Clinical PotpourriProne positioning improves oxygenation in spontaneously breathing nonintubated patients with hypoxemic acute respiratory failure: A retrospective study☆,☆☆,★
Introduction
Acute respiratory failure (ARF) is a common cause of intensive care unit (ICU) admission [1]. Patients with severe ARF are usually managed with intubation and invasive mechanical ventilation (MV), but their clinical course is frequently complicated by ventilator associated pneumonia (VAP) [2]. The risk of VAP is particularly high in patients with malignancies, immunocompromise, and chronic obstructive pulmonary disease (COPD) [3], [4], [5], [6]. Especially in these patient groups, VAP may adversely affect the clinical outcome [7], [8]: thus, it is commonly suggested to avoid intubation and, whenever possible, to employ non-invasive ventilation (NIV) [9], [10].
Prone positioning (PP) during invasive MV has been demonstrated to improve oxygenation and reduce mortality of the most severe acute respiratory distress syndrome (ARDS) patients [11], [12], [13]. In theory, these benefits should apply also to non-intubated patients, in whom PP may improve oxygenation while delaying or even avoiding the need for intubation.

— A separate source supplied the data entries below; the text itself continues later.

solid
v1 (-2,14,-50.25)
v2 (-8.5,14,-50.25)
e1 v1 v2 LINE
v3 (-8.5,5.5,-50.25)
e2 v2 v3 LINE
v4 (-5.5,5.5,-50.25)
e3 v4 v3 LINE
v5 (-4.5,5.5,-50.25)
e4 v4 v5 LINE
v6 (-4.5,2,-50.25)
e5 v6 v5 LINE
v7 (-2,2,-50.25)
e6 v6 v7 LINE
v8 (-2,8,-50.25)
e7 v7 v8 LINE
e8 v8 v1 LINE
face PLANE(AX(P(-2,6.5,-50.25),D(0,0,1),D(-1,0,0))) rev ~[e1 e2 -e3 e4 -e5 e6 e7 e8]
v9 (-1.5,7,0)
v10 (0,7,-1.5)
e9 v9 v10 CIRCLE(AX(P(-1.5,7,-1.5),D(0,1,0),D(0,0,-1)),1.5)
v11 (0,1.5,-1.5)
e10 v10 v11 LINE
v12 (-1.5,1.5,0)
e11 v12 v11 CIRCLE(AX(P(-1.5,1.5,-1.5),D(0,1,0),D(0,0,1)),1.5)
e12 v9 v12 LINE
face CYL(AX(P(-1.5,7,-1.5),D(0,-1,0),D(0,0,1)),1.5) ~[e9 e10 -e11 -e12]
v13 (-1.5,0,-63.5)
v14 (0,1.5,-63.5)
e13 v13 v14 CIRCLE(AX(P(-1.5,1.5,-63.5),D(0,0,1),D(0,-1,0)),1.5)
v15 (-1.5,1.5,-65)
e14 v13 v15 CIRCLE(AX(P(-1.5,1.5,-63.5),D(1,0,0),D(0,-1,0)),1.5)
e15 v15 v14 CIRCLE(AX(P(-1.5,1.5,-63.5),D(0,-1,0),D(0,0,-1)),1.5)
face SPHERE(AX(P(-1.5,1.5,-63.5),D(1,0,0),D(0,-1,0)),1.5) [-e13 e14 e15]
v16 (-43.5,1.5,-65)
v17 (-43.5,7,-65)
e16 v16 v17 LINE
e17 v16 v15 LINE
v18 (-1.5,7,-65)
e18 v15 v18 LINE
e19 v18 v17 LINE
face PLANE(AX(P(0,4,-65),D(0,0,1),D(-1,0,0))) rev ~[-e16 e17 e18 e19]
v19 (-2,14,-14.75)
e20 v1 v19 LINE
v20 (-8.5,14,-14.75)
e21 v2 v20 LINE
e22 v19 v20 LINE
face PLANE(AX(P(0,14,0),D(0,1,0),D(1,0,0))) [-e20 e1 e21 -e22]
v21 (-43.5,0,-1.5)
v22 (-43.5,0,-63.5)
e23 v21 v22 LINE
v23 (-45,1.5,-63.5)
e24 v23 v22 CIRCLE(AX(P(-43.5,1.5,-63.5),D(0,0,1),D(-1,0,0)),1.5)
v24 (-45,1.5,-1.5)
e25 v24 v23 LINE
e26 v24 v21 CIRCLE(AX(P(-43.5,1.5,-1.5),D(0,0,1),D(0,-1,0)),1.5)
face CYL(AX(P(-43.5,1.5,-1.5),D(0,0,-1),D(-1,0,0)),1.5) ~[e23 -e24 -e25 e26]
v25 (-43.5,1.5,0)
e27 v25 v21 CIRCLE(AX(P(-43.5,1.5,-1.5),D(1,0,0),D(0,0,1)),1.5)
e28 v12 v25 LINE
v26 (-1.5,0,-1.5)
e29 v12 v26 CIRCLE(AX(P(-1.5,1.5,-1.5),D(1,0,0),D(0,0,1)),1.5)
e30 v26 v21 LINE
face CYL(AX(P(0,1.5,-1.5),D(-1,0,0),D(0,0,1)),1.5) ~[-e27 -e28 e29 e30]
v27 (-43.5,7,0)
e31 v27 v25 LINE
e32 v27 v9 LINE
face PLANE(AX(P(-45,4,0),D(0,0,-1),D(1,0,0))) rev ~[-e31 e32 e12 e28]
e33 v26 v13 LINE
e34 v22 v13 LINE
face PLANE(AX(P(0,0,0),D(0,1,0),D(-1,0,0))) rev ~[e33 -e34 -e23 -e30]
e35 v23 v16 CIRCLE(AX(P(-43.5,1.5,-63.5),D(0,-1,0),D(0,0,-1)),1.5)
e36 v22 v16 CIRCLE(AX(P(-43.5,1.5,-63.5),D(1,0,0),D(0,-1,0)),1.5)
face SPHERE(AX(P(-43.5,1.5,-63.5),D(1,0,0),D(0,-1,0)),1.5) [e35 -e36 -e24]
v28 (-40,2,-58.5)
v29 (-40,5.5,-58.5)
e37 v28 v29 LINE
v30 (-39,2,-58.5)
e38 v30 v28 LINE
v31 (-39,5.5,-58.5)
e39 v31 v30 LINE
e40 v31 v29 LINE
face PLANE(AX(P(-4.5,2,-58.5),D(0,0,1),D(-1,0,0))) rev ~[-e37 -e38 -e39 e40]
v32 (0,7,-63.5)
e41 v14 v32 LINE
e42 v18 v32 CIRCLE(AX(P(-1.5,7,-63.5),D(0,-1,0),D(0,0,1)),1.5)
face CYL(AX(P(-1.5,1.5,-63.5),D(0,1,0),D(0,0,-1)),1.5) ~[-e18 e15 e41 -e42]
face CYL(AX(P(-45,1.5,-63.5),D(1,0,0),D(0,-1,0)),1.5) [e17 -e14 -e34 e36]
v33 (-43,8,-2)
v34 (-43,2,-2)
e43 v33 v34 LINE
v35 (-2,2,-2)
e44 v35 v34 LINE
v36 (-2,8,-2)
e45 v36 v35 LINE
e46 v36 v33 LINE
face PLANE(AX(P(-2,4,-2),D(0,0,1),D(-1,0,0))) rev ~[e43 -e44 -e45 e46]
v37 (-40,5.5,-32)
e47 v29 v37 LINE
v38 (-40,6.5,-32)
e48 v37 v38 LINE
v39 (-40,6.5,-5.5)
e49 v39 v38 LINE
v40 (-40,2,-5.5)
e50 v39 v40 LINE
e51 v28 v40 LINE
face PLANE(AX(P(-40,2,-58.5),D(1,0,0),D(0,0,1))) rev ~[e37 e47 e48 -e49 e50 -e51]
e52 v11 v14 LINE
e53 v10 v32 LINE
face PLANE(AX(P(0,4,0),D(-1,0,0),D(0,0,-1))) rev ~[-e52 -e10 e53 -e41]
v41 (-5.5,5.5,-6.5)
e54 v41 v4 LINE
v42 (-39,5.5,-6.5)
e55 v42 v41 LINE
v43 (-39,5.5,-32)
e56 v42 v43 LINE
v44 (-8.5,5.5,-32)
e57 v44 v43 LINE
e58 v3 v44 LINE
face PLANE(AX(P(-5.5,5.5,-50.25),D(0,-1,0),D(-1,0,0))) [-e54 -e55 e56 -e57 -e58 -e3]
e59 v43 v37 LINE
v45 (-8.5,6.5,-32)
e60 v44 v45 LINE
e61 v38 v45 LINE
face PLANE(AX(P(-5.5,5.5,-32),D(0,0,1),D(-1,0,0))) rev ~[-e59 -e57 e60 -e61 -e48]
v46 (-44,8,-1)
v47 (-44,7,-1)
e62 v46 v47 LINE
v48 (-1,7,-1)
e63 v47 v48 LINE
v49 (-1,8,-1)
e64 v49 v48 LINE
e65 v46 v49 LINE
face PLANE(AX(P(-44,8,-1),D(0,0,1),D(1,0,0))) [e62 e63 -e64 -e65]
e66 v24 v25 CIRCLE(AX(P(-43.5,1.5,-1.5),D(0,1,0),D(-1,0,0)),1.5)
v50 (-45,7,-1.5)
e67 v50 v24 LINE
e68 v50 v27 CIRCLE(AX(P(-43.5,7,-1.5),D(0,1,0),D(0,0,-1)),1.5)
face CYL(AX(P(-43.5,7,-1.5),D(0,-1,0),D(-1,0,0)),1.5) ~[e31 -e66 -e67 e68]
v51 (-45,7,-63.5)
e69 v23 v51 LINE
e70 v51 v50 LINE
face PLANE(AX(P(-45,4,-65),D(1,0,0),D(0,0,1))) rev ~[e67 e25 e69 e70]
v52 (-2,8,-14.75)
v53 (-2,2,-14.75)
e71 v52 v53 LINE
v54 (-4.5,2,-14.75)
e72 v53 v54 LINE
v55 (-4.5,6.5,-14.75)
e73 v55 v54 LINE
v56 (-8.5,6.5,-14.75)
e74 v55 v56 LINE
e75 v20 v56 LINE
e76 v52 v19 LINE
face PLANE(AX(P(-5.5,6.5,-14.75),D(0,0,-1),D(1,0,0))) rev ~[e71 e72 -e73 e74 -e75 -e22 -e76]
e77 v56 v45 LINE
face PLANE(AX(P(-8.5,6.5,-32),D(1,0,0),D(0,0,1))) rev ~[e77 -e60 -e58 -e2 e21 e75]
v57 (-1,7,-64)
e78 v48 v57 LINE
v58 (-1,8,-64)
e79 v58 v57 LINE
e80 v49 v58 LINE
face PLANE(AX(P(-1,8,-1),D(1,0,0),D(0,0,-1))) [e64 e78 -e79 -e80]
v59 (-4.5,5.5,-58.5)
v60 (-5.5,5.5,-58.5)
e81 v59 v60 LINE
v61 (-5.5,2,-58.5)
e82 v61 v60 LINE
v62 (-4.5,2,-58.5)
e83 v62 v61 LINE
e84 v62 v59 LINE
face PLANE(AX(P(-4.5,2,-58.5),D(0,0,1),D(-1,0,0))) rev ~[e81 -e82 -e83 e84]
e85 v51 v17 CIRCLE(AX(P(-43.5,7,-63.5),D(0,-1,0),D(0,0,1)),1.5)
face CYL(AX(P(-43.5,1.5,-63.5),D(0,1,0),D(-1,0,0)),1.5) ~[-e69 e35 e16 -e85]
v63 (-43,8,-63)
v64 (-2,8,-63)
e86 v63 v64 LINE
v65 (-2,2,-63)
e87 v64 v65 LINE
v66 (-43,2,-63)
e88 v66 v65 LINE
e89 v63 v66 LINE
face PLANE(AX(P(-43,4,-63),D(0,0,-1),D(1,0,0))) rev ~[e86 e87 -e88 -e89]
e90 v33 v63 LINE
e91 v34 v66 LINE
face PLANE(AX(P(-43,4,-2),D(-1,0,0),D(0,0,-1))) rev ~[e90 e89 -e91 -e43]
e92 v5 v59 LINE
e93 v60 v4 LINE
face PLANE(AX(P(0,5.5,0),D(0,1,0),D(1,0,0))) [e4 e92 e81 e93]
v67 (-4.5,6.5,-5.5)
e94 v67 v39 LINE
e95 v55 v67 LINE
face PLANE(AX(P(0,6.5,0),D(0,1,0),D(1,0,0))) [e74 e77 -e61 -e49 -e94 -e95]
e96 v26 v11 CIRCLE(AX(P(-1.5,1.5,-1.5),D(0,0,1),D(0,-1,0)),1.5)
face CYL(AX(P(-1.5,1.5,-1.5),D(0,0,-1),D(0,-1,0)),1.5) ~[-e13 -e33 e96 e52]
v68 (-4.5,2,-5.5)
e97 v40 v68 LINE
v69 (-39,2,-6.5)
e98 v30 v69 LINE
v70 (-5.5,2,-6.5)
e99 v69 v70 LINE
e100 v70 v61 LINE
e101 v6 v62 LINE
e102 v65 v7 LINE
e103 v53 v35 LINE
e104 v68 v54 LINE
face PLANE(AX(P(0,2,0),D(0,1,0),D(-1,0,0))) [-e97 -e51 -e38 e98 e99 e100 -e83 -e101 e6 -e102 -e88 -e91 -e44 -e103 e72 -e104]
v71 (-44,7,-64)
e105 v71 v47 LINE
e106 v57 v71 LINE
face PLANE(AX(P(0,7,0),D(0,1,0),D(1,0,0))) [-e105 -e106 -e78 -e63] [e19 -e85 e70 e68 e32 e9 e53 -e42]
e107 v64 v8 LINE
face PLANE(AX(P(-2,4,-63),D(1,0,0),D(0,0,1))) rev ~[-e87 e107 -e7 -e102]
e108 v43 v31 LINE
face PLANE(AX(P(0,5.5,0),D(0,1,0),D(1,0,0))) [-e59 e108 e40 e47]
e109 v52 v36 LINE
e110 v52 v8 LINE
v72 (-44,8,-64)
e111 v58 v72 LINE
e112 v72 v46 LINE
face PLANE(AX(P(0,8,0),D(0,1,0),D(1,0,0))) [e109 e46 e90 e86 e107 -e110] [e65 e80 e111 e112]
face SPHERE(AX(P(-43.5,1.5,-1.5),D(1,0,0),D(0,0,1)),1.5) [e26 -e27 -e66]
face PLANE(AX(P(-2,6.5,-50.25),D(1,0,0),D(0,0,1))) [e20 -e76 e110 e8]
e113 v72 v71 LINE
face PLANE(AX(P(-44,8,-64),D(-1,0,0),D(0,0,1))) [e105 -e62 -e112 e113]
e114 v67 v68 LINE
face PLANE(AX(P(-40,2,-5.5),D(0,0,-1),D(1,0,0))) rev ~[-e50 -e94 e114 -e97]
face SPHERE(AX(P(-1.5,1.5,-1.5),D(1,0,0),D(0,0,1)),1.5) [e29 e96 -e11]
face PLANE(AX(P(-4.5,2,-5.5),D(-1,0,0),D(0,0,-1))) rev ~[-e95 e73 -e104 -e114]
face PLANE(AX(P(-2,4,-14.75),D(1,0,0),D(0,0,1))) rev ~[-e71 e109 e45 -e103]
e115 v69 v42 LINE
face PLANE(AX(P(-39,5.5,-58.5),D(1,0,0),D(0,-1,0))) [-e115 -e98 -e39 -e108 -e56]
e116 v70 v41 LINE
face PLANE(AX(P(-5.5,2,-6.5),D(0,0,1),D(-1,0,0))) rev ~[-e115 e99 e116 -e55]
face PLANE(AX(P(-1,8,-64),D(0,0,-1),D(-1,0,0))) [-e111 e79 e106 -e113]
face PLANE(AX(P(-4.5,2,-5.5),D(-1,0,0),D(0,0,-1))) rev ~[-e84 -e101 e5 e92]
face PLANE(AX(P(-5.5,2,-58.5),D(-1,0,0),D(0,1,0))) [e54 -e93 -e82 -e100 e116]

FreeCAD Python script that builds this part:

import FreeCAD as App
import Part
import Sketcher

V = App.Vector
Q = App.Units.Quantity


def edges_at(feature, points):
    """Names of the edges that pass closest to the given points."""
    edges = feature.Shape.Edges
    near = lambda p: min(range(len(edges)), key=lambda i: edges[i].distToShape(Part.Vertex(*p))[0])
    return sorted({f"Edge{near(p) + 1}" for p in points})

doc = App.newDocument("Part")
params = doc.addObject("Spreadsheet::Sheet", "Params")
for row, (alias, value) in enumerate([
    ("sketch1_width", "45 mm"),
    ("sketch1_height", "65 mm"),
    ("pad1_length", "2 mm"),
    ("sketch2_width", "45 mm"),
    ("sketch2_height", "65 mm"),
    ("pad2_length", "2 mm"),
    ("sketch3_height", "51 mm"),
    ("sketch3_width", "33.5 mm"),
    ("pad3_length", "3.5 mm"),
    ("sketch4_width", "33.5 mm"),
    ("sketch4_height", "3.5 mm"),
    ("pocket1_length", "2 mm"),
    ("sketch5_width", "35.5 mm"),
    ("sketch5_height", "26.5 mm"),
    ("pad4_length", "1 mm"),
    ("fillet_radius", "1.5 mm"),
    ("fillet2_radius", "1.5 mm"),
    ("sketch6_width", "6.5 mm"),
    ("sketch6_height", "35.5 mm"),
    ("pad5_length", "15 mm"),
    ("sketch7_width", "1 mm"),
    ("sketch7_height", "35.5 mm"),
    ("sketch8_width", "3 mm"),
    ("sketch8_height", "3.5 mm"),
    ("pocket3_length", "43.75 mm"),
    ("sketch9_width", "45 mm"),
    ("sketch9_width2", "41 mm"),
    ("sketch9_height", "65 mm"),
    ("sketch9_height2", "61 mm"),
    ("pad6_length", "4 mm"),
    ("sketch10_width", "45 mm"),
    ("sketch10_height", "65 mm"),
    ("pocket4_length", "1 mm"),
    ("fillet3_radius", "1.5 mm"),
    ("fillet4_radius", "1.5 mm"),
], start=1):
    params.set(f"A{row}", alias)
    params.set(f"B{row}", "=" + value)
    params.setAlias(f"B{row}", alias)

body = doc.addObject("PartDesign::Body", "Body")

This may be particularly useful in patients at high risk of VAP [14].
Reports of the application of PP in spontaneously breathing, non-intubated adult patients are limited to few case reports [15], [16], [17].
In this retrospective observational study, we reviewed the 5-year experience of our ICU in the application of PP in awake, non-intubated, spontaneously breathing patients with hypoxemic ARF, describing the effect of PP on oxygenation, breathing patterns, and hemodynamics.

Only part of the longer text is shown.